Velocity and stress jump conditions between a porous medium and a fluid
2013
Abstract Modeling transport phenomena in hierarchical systems can be carried out by either a one domain approach or a two domain approach. The first one involves assuming the system as a pseudo-continuum and is expressed in terms of position-dependent effective medium coefficients. In the two domain approach, the differential equations have position-independent coefficients but require accounting for the corresponding boundary conditions that couple the equations between each homogeneous region. For momentum transport between a porous medium and a fluid, stress boundary conditions have been derived in terms of a jump coefficient that needs to be predicted within a two-domain approach formulation.
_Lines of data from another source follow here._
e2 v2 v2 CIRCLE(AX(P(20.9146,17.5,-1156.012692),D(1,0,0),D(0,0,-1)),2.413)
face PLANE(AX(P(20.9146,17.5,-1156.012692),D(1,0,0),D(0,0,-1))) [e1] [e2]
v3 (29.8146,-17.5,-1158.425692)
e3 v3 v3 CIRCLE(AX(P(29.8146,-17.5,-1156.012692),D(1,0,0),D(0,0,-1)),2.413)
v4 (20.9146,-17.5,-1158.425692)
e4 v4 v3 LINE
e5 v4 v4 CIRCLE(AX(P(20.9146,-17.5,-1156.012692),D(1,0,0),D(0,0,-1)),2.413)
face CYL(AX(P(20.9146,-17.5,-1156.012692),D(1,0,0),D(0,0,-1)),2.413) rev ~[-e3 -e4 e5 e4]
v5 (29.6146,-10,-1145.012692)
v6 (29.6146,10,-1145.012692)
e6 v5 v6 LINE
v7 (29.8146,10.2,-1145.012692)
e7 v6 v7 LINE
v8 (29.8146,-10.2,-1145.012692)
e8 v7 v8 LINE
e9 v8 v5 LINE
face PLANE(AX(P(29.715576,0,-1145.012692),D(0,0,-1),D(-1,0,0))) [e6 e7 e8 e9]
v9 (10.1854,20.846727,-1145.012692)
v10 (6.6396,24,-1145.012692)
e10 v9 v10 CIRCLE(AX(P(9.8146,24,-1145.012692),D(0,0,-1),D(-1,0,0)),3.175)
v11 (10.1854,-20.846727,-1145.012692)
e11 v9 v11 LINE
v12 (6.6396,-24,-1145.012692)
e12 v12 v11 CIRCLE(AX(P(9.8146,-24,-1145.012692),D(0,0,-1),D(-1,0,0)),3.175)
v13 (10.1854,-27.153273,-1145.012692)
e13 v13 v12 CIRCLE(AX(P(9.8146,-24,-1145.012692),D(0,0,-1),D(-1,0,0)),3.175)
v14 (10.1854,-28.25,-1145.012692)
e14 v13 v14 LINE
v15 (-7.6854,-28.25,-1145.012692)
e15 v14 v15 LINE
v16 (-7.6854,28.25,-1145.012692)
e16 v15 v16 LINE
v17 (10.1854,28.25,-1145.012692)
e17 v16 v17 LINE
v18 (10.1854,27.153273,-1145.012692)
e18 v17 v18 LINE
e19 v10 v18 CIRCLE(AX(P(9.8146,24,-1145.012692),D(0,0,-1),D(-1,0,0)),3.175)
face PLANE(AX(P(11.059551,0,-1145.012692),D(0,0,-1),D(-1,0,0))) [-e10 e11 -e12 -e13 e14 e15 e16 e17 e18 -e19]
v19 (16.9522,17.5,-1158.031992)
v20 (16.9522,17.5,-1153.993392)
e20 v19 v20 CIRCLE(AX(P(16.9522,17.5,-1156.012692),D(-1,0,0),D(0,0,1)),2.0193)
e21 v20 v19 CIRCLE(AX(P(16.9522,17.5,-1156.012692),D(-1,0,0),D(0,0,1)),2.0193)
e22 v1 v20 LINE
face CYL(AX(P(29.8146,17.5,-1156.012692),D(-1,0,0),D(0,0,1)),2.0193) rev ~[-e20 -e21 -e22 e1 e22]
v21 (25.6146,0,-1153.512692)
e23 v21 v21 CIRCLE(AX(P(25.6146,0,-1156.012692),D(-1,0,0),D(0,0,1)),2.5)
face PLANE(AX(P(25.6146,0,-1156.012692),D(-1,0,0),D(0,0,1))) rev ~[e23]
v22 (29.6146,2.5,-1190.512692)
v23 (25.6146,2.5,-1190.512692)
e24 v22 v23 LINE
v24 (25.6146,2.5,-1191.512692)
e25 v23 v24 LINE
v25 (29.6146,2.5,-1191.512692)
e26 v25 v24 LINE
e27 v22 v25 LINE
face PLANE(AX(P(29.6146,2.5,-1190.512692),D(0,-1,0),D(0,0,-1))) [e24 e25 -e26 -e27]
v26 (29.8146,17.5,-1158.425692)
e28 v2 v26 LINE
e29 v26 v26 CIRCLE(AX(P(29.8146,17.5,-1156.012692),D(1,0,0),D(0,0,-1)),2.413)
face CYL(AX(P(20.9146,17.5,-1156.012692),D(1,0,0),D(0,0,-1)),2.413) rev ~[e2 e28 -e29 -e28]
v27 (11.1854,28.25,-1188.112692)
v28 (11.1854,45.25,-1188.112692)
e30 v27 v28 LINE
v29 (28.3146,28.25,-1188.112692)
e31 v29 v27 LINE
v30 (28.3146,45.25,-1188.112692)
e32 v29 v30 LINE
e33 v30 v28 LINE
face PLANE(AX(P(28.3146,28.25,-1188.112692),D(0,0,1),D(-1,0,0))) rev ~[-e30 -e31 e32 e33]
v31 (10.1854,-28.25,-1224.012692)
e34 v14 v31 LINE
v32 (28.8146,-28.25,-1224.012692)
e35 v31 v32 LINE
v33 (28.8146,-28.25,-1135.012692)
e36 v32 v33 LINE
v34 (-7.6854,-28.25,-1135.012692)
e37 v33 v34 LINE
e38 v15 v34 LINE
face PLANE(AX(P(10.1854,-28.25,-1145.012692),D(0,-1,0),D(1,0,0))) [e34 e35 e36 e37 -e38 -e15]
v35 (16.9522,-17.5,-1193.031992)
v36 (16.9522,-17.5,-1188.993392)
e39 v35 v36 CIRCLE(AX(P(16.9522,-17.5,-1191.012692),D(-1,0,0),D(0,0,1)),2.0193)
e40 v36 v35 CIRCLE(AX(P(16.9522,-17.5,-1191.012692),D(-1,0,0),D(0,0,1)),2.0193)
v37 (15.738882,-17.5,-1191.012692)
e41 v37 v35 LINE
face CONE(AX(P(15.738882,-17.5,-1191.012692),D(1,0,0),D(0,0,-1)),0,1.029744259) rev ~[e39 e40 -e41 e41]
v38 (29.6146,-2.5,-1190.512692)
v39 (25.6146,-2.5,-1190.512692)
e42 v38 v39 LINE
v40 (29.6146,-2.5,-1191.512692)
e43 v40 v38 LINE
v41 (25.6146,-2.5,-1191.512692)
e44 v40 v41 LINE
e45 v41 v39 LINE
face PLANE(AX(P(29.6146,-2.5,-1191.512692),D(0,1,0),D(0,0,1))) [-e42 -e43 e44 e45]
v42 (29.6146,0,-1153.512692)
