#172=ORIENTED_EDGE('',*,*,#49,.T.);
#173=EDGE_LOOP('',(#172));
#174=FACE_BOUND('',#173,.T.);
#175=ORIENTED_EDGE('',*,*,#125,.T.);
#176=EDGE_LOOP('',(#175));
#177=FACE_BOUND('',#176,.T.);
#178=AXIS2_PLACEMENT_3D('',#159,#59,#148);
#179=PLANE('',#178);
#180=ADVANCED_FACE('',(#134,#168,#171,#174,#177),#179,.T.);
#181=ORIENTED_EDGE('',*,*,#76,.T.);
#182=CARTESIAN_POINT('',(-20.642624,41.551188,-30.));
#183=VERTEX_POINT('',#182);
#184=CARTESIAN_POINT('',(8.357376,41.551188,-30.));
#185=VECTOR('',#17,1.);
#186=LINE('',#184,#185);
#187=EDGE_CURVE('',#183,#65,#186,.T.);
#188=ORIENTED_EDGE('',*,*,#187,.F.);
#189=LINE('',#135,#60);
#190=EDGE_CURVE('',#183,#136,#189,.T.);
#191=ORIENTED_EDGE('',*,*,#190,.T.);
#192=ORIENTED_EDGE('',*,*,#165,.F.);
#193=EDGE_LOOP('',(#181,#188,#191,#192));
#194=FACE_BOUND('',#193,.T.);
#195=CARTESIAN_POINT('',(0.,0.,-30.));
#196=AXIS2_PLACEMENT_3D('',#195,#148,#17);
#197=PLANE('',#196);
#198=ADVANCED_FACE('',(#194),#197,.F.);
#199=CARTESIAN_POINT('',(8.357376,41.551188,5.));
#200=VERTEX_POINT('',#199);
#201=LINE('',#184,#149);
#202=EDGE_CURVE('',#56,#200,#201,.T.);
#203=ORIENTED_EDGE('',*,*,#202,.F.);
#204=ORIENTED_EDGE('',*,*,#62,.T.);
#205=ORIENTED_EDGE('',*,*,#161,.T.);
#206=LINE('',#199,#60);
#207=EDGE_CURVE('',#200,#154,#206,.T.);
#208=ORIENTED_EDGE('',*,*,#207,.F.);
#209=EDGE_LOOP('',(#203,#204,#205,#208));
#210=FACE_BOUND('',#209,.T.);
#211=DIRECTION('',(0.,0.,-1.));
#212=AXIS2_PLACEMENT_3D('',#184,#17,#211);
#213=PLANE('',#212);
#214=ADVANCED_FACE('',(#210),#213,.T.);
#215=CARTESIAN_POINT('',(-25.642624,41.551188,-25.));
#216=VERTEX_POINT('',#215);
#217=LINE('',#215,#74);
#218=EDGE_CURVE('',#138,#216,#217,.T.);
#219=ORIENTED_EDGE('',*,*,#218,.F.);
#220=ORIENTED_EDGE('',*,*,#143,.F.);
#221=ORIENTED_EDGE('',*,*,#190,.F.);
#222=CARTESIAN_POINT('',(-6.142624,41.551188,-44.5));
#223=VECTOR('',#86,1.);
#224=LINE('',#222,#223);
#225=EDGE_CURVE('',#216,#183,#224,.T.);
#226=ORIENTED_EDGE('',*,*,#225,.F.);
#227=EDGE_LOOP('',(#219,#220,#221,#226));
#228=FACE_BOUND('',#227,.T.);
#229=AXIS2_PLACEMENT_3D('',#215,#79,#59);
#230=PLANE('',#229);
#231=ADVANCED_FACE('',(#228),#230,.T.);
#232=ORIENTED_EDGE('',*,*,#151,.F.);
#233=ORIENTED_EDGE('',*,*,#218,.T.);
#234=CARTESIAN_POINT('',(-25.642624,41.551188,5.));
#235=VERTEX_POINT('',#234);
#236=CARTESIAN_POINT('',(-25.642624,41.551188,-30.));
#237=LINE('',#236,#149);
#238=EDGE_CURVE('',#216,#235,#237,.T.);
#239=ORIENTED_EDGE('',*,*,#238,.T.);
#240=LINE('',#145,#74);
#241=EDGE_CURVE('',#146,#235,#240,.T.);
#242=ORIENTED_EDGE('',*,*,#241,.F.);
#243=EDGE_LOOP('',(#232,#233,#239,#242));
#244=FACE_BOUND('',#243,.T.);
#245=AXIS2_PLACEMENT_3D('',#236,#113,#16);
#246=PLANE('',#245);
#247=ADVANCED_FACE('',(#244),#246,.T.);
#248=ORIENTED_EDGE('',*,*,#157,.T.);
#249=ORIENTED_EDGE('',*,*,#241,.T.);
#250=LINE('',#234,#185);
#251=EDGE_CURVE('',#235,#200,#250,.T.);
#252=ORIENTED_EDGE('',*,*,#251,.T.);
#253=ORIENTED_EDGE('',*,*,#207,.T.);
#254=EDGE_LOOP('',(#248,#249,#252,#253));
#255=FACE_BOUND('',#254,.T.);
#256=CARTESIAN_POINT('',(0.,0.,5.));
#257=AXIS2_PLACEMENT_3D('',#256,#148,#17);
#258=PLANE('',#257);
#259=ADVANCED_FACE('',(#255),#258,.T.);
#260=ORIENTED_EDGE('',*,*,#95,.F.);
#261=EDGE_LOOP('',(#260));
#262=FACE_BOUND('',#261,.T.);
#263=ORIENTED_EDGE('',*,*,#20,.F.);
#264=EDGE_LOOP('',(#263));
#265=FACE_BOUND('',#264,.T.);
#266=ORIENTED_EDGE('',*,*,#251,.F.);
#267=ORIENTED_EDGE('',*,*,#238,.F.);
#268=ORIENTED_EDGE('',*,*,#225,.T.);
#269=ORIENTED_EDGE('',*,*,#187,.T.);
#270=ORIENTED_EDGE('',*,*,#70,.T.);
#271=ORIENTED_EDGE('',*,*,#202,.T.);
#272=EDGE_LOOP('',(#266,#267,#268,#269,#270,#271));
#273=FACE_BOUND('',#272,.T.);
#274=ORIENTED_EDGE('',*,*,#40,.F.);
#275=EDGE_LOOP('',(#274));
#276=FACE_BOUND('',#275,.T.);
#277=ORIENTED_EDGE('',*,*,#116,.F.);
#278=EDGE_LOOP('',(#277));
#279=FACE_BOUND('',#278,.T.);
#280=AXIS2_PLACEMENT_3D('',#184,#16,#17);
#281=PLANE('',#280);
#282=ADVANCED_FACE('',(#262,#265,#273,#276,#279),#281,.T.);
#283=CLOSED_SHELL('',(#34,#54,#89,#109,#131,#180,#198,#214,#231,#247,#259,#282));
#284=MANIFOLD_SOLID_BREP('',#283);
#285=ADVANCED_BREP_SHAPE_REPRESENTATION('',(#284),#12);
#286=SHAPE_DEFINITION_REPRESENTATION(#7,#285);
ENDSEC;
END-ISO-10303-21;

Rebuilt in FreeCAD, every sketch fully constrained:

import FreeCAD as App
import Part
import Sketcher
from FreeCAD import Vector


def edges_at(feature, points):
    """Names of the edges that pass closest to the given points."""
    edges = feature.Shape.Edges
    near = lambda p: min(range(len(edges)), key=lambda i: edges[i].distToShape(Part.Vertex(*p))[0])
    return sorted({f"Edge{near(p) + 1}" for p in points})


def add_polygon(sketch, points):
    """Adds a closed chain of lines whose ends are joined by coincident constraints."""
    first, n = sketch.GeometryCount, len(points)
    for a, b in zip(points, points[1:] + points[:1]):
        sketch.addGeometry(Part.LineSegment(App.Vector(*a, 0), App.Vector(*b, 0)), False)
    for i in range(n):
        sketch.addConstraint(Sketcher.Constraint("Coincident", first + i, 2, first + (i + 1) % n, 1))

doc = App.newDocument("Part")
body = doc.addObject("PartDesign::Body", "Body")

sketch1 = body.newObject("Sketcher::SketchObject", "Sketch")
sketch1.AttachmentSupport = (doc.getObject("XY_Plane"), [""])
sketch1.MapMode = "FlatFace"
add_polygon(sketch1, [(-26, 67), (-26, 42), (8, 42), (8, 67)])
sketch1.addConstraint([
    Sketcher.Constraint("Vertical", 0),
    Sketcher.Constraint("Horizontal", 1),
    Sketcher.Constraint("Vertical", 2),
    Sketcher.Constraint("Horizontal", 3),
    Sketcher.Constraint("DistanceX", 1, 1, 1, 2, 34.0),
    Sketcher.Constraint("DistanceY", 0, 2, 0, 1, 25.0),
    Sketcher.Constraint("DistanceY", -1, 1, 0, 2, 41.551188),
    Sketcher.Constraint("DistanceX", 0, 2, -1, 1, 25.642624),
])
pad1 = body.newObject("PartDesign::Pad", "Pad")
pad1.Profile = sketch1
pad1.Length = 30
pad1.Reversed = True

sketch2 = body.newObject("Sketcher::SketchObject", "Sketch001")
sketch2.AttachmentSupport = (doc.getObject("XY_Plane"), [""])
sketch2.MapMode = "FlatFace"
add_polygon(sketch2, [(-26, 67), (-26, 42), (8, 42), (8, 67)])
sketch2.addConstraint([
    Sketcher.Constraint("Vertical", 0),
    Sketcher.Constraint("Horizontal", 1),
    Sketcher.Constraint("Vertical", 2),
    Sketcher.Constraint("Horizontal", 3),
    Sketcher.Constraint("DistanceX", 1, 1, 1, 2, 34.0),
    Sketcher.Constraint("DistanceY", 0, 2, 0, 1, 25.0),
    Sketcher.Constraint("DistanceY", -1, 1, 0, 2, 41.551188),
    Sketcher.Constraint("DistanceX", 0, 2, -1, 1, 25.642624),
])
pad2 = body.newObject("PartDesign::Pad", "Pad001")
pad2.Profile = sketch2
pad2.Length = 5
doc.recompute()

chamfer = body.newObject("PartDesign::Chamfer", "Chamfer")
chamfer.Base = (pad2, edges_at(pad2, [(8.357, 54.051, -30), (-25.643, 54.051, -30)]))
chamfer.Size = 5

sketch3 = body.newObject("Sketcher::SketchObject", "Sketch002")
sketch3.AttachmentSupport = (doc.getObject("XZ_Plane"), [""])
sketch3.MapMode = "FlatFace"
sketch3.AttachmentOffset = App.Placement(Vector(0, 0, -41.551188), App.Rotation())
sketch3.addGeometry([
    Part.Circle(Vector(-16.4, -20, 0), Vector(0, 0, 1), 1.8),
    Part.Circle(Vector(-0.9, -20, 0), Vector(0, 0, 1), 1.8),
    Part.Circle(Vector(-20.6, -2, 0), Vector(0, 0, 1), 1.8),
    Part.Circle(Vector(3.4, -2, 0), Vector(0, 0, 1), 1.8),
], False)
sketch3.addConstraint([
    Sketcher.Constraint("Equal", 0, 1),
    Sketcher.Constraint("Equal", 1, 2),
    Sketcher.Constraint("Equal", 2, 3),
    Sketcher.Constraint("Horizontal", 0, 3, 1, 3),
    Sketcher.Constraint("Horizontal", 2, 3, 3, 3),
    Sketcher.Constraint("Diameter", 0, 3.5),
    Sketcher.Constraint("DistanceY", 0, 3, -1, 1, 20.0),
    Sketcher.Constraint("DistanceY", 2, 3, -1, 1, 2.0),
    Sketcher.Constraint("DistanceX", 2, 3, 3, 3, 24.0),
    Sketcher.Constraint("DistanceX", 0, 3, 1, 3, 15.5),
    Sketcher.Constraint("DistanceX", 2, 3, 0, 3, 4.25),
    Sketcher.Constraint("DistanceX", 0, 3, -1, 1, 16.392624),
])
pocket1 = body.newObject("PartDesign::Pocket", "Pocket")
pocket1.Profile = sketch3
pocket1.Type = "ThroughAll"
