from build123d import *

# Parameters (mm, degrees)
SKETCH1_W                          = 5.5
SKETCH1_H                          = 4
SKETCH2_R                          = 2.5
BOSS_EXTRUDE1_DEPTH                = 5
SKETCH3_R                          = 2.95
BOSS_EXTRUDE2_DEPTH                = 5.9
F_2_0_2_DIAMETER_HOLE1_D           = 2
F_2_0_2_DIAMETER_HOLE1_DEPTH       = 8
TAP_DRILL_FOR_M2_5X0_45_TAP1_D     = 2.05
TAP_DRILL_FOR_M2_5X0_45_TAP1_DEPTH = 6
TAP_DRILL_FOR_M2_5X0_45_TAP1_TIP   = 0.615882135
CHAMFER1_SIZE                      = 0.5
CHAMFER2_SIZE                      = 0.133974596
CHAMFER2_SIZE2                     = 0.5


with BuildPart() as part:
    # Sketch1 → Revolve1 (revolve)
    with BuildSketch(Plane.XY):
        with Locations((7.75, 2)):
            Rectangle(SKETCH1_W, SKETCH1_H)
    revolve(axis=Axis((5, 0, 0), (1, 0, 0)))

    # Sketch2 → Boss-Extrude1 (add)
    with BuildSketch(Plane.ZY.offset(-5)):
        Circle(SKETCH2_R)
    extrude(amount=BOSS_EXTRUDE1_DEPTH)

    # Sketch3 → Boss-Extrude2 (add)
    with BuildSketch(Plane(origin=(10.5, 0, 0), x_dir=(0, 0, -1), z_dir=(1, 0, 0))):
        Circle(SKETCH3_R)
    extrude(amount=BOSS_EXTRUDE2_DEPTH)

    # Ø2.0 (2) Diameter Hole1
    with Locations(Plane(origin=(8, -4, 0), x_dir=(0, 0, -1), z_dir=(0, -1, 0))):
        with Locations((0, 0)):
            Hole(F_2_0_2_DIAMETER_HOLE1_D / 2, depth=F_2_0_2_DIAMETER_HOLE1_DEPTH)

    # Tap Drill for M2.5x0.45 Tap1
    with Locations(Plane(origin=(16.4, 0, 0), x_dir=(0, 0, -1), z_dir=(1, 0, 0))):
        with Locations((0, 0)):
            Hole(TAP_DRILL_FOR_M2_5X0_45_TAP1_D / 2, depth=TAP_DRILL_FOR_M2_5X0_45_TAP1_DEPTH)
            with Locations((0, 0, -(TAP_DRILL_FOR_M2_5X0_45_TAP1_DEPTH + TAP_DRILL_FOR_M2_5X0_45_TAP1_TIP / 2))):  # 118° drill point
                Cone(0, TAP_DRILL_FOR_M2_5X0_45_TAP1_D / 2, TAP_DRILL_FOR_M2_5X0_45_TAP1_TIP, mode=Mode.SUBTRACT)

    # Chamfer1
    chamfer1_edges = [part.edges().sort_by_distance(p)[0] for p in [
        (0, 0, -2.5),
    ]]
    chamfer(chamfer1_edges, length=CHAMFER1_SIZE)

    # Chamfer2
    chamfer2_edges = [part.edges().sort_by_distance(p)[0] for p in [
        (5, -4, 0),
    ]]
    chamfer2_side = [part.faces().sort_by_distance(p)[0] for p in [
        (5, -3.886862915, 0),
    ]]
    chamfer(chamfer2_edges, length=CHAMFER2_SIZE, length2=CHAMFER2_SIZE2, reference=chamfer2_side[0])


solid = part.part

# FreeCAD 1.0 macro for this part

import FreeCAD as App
import Part
import Sketcher
from FreeCAD import Vector
Q = App.Units.Quantity


def edges_at(feature, points):
    """Names of the edges that pass closest to the given points."""
    edges = feature.Shape.Edges
    near = lambda p: min(range(len(edges)), key=lambda i: edges[i].distToShape(Part.Vertex(*p))[0])
    return sorted({f"Edge{near(p) + 1}" for p in points})


def add_polygon(sketch, points):
    """Adds a closed chain of lines whose ends are joined by coincident constraints."""
    first, n = sketch.GeometryCount, len(points)
    for a, b in zip(points, points[1:] + points[:1]):
        sketch.addGeometry(Part.LineSegment(App.Vector(*a, 0), App.Vector(*b, 0)), False)
    for i in range(n):
        sketch.addConstraint(Sketcher.Constraint("Coincident", first + i, 2, first + (i + 1) % n, 1))

doc = App.newDocument("Part")
body = doc.addObject("PartDesign::Body", "Body")

sketch1 = body.newObject("Sketcher::SketchObject", "Sketch")
sketch1.AttachmentSupport = (doc.getObject("XY_Plane"), [""])
sketch1.MapMode = "FlatFace"
add_polygon(sketch1, [(5, 4), (5, 0), (10.5, 0), (10.5, 4)])
sketch1.addConstraint([
    Sketcher.Constraint("Vertical", 0),
    Sketcher.Constraint("Horizontal", 1),
    Sketcher.Constraint("Vertical", 2),
    Sketcher.Constraint("Horizontal", 3),
    Sketcher.Constraint("PointOnObject", 0, 2, -1),
    Sketcher.Constraint("DistanceY", 0, 2, 0, 1, Q("4 mm")),
    Sketcher.Constraint("DistanceX", 1, 1, 1, 2, Q("5.5 mm")),
    Sketcher.Constraint("DistanceX", -1, 1, 0, 2, Q("5 mm")),
])
revolution = body.newObject("PartDesign::Revolution", "Revolution")
revolution.Profile = sketch1
revolution.ReferenceAxis = (sketch1, ["H_Axis"])
revolution.Angle = 360

sketch2 = body.newObject("Sketcher::SketchObject", "Sketch001")
sketch2.AttachmentSupport = (doc.getObject("YZ_Plane"), [""])
sketch2.MapMode = "FlatFace"
sketch2.AttachmentOffset = App.Placement(Vector(0, 0, 5), App.Rotation())
sketch2.addGeometry(Part.Circle(Vector(0, 0, 0), Vector(0, 0, 1), 2.5), False)
sketch2.addConstraint([
    Sketcher.Constraint("Coincident", 0, 3, -1, 1),
    Sketcher.Constraint("Diameter", 0, Q("5 mm")),
])
pad1 = body.newObject("PartDesign::Pad", "Pad")
pad1.Profile = sketch2
pad1.Length = 5
pad1.Reversed = True

sketch3 = body.newObject("Sketcher::SketchObject", "Sketch002")
sketch3.AttachmentSupport = (doc.getObject("YZ_Plane"), [""])
sketch3.MapMode = "FlatFace"
sketch3.AttachmentOffset = App.Placement(Vector(0, 0, 10.5), App.Rotation())
sketch3.addGeometry(Part.Circle(Vector(0, 0, 0), Vector(0, 0, 1), 3), False)
sketch3.addConstraint([
    Sketcher.Constraint("Coincident", 0, 3, -1, 1),
    Sketcher.Constraint("Diameter", 0, Q("5.9 mm")),
])
pad2 = body.newObject("PartDesign::Pad", "Pad001")
pad2.Profile = sketch3
pad2.Length = 5.9

sketch4 = body.newObject("Sketcher::SketchObject", "Sketch003")
sketch4.AttachmentSupport = (doc.getObject("XZ_Plane"), [""])
sketch4.MapMode = "FlatFace"
sketch4.AttachmentOffset = App.Placement(Vector(0, 0, 4), App.Rotation())
sketch4.addGeometry(Part.Circle(Vector(8, 0, 0), Vector(0, 0, 1), 1), False)
sketch4.addConstraint([
    Sketcher.Constraint("PointOnObject", 0, 3, -1),
    Sketcher.Constraint("Diameter", 0, Q("2 mm")),
    Sketcher.Constraint("DistanceX", -1, 1, 0, 3, Q("8 mm")),
])
doc.recompute()
hole = body.newObject("PartDesign::Hole", "Hole")
hole.Profile = sketch4
hole.ThreadType = "None"
hole.Diameter = 2
hole.DepthType = "Dimension"
hole.Depth = 8
hole.DrillPoint = "Flat"

sketch5 = body.newObject("Sketcher::SketchObject", "Sketch004")
sketch5.AttachmentSupport = (doc.getObject("YZ_Plane"), [""])
sketch5.MapMode = "FlatFace"
sketch5.AttachmentOffset = App.Placement(Vector(0, 0, 16.4), App.Rotation())
sketch5.addGeometry(Part.Circle(Vector(0, 0, 0), Vector(0, 0, 1), 1), False)
sketch5.addConstraint([
    Sketcher.Constraint("Coincident", 0, 3, -1, 1),
    Sketcher.Constraint("Diameter", 0, Q("2.05 mm")),
])
doc.recompute()
hole2 = body.newObject("PartDesign::Hole", "Hole001")
hole2.Profile = sketch5
hole2.ThreadType = "None"
hole2.Diameter = 2.05
hole2.DepthType = "Dimension"
hole2.Depth = 6
hole2.DrillPoint = "Angled"
hole2.DrillPointAngle = 118
doc.recompute()

chamfer = body.newObject("PartDesign::Chamfer", "Chamfer")
chamfer.Base = (hole2, edges_at(hole2, [(0, 0, -2.5)]))
chamfer.Size = 0.5
doc.recompute()

chamfer2 = body.newObject("PartDesign::Chamfer", "Chamfer001")
chamfer2.Base = (chamfer, edges_at(chamfer, [(5, -4, 0)]))
chamfer2.ChamferType = "Two distances"
chamfer2.Size = 0.133975
chamfer2.Size2 = 0.5

doc.recompute()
However, continuity of the velocity is postulated at the dividing surface. In this work, we propose a methodology for the derivation of boundary conditions for both the velocity and the stress. These conditions are expressed in terms of jump coefficients that are computed from the solution of an ancillary macroscopic closure problem. This problem accounts for the deviations from the one and two domain approaches. From the closure problem solution we were also able to determine the position at which the jump conditions should be applied, i . e . , the dividing surface position. In addition, we used this methodology adopting the assumptions proposed by Ochoa-Tapia and Whitaker as well as those by Beavers and Joseph. We found that any version of the two domain approach was in agreement with the one domain approach in the bulk of the porous medium and the fluid. However, the same is not true for the process of capturing the essential information of the inter-region.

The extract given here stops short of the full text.